Thanks for the suggestion, technocrat. Unfortunately patchwork seems to have the same problem that other approaches that depend on blobification have. Evidently despite the graphics being based on ggplot, the final ggsurvplot object is not a legitimate ggplot object. I suspect that the ggsurvplot programmers have used a non-(ggplot) standard method to combine the survival plot and the "at risk" table.
That the error code recognizes a .ggsurv method suggests that R recognizes a different and incompatible implementation of '+' for ggplot and ggsurvplot objects. But I can't find anything else in the patchwork package that addresses ggsurvplot objects. Have I missed anything in the patchwork package?

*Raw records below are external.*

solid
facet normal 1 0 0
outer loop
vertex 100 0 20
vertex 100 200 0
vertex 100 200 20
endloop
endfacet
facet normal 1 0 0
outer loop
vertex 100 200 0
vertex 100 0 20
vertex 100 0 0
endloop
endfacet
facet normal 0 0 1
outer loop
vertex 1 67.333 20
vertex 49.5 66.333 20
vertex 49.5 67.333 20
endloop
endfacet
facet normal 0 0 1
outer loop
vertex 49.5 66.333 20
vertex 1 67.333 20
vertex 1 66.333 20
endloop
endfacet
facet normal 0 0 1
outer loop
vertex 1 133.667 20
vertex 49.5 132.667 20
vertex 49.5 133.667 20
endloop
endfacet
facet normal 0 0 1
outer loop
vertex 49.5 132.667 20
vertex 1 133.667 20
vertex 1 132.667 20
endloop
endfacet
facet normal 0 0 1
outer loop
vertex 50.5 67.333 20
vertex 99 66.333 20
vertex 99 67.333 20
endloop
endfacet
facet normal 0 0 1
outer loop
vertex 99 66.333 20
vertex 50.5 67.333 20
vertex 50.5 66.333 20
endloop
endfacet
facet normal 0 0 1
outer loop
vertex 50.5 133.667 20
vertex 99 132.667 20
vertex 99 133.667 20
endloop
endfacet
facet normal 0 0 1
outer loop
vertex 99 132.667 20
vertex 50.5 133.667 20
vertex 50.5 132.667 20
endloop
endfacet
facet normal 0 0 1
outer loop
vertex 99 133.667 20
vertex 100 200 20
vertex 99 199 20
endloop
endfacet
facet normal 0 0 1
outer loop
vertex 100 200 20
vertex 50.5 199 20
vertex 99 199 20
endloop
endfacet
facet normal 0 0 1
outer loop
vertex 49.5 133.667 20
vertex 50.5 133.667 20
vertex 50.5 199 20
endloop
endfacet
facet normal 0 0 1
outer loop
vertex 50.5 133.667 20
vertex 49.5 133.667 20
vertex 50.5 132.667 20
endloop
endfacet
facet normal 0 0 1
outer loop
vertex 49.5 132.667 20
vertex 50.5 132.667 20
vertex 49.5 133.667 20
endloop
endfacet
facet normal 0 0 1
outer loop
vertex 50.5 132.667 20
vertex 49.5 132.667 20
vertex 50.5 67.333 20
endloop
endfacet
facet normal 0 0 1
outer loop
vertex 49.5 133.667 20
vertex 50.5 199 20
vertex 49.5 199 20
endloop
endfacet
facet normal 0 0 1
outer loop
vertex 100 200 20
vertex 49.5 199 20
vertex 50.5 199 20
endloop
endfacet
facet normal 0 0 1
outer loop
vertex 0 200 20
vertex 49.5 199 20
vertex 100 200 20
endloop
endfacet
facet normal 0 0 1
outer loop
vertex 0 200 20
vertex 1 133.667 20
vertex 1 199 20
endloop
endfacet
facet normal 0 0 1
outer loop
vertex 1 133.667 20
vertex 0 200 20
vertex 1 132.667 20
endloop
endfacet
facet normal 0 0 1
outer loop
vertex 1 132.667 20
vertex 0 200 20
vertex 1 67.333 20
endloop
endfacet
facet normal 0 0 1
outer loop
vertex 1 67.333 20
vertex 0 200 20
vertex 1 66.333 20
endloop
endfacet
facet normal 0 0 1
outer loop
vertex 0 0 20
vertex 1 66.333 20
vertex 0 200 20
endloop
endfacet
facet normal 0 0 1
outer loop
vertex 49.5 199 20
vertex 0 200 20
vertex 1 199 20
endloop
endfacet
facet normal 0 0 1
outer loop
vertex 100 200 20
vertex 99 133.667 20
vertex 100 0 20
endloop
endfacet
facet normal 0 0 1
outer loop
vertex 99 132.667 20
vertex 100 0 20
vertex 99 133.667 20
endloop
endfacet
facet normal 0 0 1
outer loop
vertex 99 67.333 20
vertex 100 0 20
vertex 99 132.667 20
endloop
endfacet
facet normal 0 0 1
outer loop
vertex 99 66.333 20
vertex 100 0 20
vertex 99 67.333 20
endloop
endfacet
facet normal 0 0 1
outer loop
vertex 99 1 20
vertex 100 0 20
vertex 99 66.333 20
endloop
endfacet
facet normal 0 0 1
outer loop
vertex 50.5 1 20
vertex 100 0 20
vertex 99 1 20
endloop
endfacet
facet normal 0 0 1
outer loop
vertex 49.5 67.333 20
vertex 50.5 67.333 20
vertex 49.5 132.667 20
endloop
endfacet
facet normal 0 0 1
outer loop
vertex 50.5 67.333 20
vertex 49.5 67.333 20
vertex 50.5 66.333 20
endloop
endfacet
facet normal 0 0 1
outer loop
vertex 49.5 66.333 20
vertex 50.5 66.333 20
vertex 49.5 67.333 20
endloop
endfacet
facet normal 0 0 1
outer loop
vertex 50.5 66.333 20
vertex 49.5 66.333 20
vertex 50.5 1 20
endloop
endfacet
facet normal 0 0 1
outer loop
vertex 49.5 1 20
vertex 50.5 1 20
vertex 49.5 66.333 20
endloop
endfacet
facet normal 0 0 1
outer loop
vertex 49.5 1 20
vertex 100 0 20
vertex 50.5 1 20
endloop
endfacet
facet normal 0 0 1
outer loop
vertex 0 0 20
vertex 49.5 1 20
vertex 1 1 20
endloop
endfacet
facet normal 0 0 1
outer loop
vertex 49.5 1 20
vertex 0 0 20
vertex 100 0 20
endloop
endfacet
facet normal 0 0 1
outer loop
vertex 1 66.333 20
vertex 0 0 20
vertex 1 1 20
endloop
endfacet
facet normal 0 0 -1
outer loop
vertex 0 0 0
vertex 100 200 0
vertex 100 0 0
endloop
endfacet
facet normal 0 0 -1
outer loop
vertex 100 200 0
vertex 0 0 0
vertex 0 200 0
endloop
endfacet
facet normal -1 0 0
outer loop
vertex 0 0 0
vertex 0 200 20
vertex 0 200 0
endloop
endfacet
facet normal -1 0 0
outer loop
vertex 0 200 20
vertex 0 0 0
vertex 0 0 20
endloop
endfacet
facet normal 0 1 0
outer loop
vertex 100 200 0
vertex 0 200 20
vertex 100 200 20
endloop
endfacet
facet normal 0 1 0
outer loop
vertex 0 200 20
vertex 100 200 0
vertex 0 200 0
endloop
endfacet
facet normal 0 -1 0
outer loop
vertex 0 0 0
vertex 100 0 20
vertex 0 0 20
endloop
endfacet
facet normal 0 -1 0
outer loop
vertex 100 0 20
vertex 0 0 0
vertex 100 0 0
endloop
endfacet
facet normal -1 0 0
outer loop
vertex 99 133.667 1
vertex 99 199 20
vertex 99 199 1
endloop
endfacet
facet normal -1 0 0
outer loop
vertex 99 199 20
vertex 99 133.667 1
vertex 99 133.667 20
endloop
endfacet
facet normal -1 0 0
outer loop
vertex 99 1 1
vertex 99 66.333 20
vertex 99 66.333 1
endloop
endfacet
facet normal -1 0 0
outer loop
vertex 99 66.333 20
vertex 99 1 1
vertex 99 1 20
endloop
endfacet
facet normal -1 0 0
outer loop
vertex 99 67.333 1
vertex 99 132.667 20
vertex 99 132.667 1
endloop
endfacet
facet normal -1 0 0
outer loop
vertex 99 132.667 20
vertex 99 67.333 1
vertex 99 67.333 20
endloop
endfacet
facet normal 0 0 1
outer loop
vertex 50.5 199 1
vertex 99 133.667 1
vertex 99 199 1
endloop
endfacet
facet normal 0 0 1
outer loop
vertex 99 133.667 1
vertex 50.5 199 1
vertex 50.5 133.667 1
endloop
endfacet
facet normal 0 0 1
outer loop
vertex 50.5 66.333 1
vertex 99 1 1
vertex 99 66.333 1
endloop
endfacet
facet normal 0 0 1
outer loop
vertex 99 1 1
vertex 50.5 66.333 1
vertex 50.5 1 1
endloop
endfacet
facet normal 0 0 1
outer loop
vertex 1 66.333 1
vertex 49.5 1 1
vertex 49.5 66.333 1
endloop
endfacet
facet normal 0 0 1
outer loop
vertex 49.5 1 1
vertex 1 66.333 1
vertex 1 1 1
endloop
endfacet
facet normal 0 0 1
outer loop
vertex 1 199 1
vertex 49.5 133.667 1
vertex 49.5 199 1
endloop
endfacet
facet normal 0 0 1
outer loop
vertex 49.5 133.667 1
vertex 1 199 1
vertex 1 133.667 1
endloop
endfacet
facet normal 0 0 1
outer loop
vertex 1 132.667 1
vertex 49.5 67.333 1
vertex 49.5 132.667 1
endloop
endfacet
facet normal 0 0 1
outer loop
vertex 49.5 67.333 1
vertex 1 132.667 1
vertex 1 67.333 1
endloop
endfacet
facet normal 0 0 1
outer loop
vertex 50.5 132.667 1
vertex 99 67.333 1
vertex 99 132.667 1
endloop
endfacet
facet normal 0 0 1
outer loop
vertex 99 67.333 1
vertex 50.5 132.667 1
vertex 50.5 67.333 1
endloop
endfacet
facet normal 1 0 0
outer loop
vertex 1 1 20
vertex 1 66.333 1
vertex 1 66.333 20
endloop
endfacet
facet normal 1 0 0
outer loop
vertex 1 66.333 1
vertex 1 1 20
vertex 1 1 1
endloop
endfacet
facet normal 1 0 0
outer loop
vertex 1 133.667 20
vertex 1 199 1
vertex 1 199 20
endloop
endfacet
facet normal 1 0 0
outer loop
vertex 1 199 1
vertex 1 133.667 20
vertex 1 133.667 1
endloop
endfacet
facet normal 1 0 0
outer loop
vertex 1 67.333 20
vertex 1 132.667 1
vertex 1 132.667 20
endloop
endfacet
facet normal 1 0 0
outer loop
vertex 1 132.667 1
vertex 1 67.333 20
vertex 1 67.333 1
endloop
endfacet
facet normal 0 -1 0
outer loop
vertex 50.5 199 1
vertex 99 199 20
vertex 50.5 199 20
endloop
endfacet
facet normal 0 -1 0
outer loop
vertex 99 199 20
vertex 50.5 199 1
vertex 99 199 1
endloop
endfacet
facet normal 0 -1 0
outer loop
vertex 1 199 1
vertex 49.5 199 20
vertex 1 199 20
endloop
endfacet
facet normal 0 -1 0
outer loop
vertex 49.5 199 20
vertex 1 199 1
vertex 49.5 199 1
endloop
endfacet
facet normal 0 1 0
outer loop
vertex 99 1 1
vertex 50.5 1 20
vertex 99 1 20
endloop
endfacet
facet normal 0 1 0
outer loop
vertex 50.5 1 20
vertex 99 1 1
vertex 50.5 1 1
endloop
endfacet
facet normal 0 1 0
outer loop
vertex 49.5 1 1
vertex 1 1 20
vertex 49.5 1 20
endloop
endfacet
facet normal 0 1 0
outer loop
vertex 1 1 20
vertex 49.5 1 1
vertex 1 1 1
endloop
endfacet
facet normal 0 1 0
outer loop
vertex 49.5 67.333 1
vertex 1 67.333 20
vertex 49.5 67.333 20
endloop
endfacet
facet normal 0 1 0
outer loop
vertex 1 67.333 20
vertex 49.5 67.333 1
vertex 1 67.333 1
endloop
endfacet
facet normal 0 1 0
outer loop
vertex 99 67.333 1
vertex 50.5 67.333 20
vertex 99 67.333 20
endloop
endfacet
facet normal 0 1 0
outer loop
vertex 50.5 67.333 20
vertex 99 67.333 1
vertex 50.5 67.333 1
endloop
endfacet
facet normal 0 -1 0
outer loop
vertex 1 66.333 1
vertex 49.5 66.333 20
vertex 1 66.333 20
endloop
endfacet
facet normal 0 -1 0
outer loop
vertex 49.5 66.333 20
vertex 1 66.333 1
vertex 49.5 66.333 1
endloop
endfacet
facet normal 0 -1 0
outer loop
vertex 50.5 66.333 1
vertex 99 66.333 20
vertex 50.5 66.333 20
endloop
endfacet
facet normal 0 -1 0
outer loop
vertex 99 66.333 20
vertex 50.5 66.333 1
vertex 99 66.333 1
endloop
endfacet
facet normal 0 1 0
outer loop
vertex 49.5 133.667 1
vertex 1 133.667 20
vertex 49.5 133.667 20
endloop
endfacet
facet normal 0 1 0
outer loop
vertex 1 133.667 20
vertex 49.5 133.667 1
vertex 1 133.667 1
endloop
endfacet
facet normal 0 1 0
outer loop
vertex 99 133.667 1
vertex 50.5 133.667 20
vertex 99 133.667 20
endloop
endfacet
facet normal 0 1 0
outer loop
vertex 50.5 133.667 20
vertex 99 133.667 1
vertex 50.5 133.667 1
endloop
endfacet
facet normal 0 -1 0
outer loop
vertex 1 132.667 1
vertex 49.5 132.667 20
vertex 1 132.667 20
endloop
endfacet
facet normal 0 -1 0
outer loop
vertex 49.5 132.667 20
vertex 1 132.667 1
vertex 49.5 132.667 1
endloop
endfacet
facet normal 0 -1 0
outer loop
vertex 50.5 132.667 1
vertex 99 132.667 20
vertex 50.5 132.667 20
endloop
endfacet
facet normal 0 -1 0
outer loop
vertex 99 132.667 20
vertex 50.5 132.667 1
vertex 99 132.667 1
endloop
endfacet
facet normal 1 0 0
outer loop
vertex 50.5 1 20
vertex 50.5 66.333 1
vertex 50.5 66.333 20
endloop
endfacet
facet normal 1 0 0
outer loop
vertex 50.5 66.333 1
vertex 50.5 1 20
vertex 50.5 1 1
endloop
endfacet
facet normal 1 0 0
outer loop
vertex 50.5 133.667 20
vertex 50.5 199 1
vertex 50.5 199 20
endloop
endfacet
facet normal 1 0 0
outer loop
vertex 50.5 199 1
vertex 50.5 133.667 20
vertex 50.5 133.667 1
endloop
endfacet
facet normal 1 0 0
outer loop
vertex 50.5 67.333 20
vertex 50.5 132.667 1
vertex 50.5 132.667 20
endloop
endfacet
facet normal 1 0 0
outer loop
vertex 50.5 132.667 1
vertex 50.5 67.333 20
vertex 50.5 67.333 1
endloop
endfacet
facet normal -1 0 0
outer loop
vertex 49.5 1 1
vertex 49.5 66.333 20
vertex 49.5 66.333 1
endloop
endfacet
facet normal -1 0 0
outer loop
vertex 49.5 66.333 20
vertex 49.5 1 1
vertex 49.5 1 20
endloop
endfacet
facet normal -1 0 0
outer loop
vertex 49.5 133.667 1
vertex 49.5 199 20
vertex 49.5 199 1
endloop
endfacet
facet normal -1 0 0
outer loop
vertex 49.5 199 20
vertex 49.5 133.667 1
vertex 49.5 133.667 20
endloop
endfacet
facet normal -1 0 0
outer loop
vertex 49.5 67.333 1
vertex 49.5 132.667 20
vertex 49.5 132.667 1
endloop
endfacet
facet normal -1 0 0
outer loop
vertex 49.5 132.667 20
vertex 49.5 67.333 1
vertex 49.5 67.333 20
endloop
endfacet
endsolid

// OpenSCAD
// Tray width
tray_width = 100;
// Tray lenght
tray_lenght = 200;
// Tray depth
tray_depth = 20;
// Columns
n_columns = 3;
// Rows
n_rows = 2;
// Wall width
wall_width = 1;
dwall = wall_width*2;
// Columns lengths
columns = [];
// Rows widths
rows = [];

module slot(width, lenght, depth, wall) {
    difference() {
        cube([width, lenght, depth]);
        translate([wall, wall, wall]) cube([width-wall*2, lenght-wall*2, depth]);
    }
    
}

function add(v) = [for(p=v) 1]*v;
function add_up_to(v, range) = add([for(i=[0:range]) v[i]]);


// Check columns
if (len(columns) != 0) {
    if (len(columns) != n_columns) {
        echo ("Column lenghts not especified for every column.");
    }
    if (add(columns) != 100) {
        echo ("Column lenghts do not add 100.");
    }
}
// Check rows
if (len(rows) != 0) {
    if (len(rows) != n_rows) {
        echo ("Row widths not especified for every row.");
    }
    if (add(rows) != 100) {
        echo ("Ros widths do not add 100.");
    }
}

slot(tray_width, tray_lenght, tray_depth, wall_width);
// Draw rows
if (len(rows) == 0) {
    inner_width = (tray_width - (n_rows + 1)*wall_width) / n_rows;
    for (r = [1:n_rows-1]) {
        current_row_offset = r*(wall_width+inner_width);
        translate([current_row_offset,0,0]) cube([wall_width,tray_lenght,tray_depth]);
    }
}
else{
    for (r = [0:n_rows-2]) {
        current_row_offset = (add_up_to(rows, r)/100 * tray_width)-wall_width/2;
        translate([current_row_offset,0,0]) cube([wall_width,tray_lenght,tray_depth]);
    }
}
// Draw columns
if (len(columns) == 0){
    inner_lenght = (tray_lenght - (n_columns + 1)*wall_width) / n_columns;
    for (c = [1:n_columns-1]){
        current_column_offset = c*(wall_width+inner_lenght);
        translate([0,current_column_offset,0]) cube([tray_width,wall_width,tray_depth]);
    }
}
else {
    for (c = [0:n_columns-2]){
        current_column_offset = (add_up_to(columns, c)/100 * tray_lenght)-wall_width/2;
        translate([0,current_column_offset,0]) cube([tray_width,wall_width,tray_depth]);
    }
}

plot1 and plot2 are two ggsurvplots. Plot4 is a standard ggplot object.

plot1 + plot2 +labs(subtitle = 'test')
Error in plot1 + plot2 : non-numeric argument to binary operator
In addition: Warning message:
In +.ggsurv(plot1, plot2) :
Incompatible methods ("", "+.ggsurv") for "+"

plot1 + plot4 +labs(subtitle = 'test')
Error in plot1 + plot4 : non-numeric argument to binary operator
In addition: Warning message:
Incompatible methods ("+.ggsurv", "") for "+"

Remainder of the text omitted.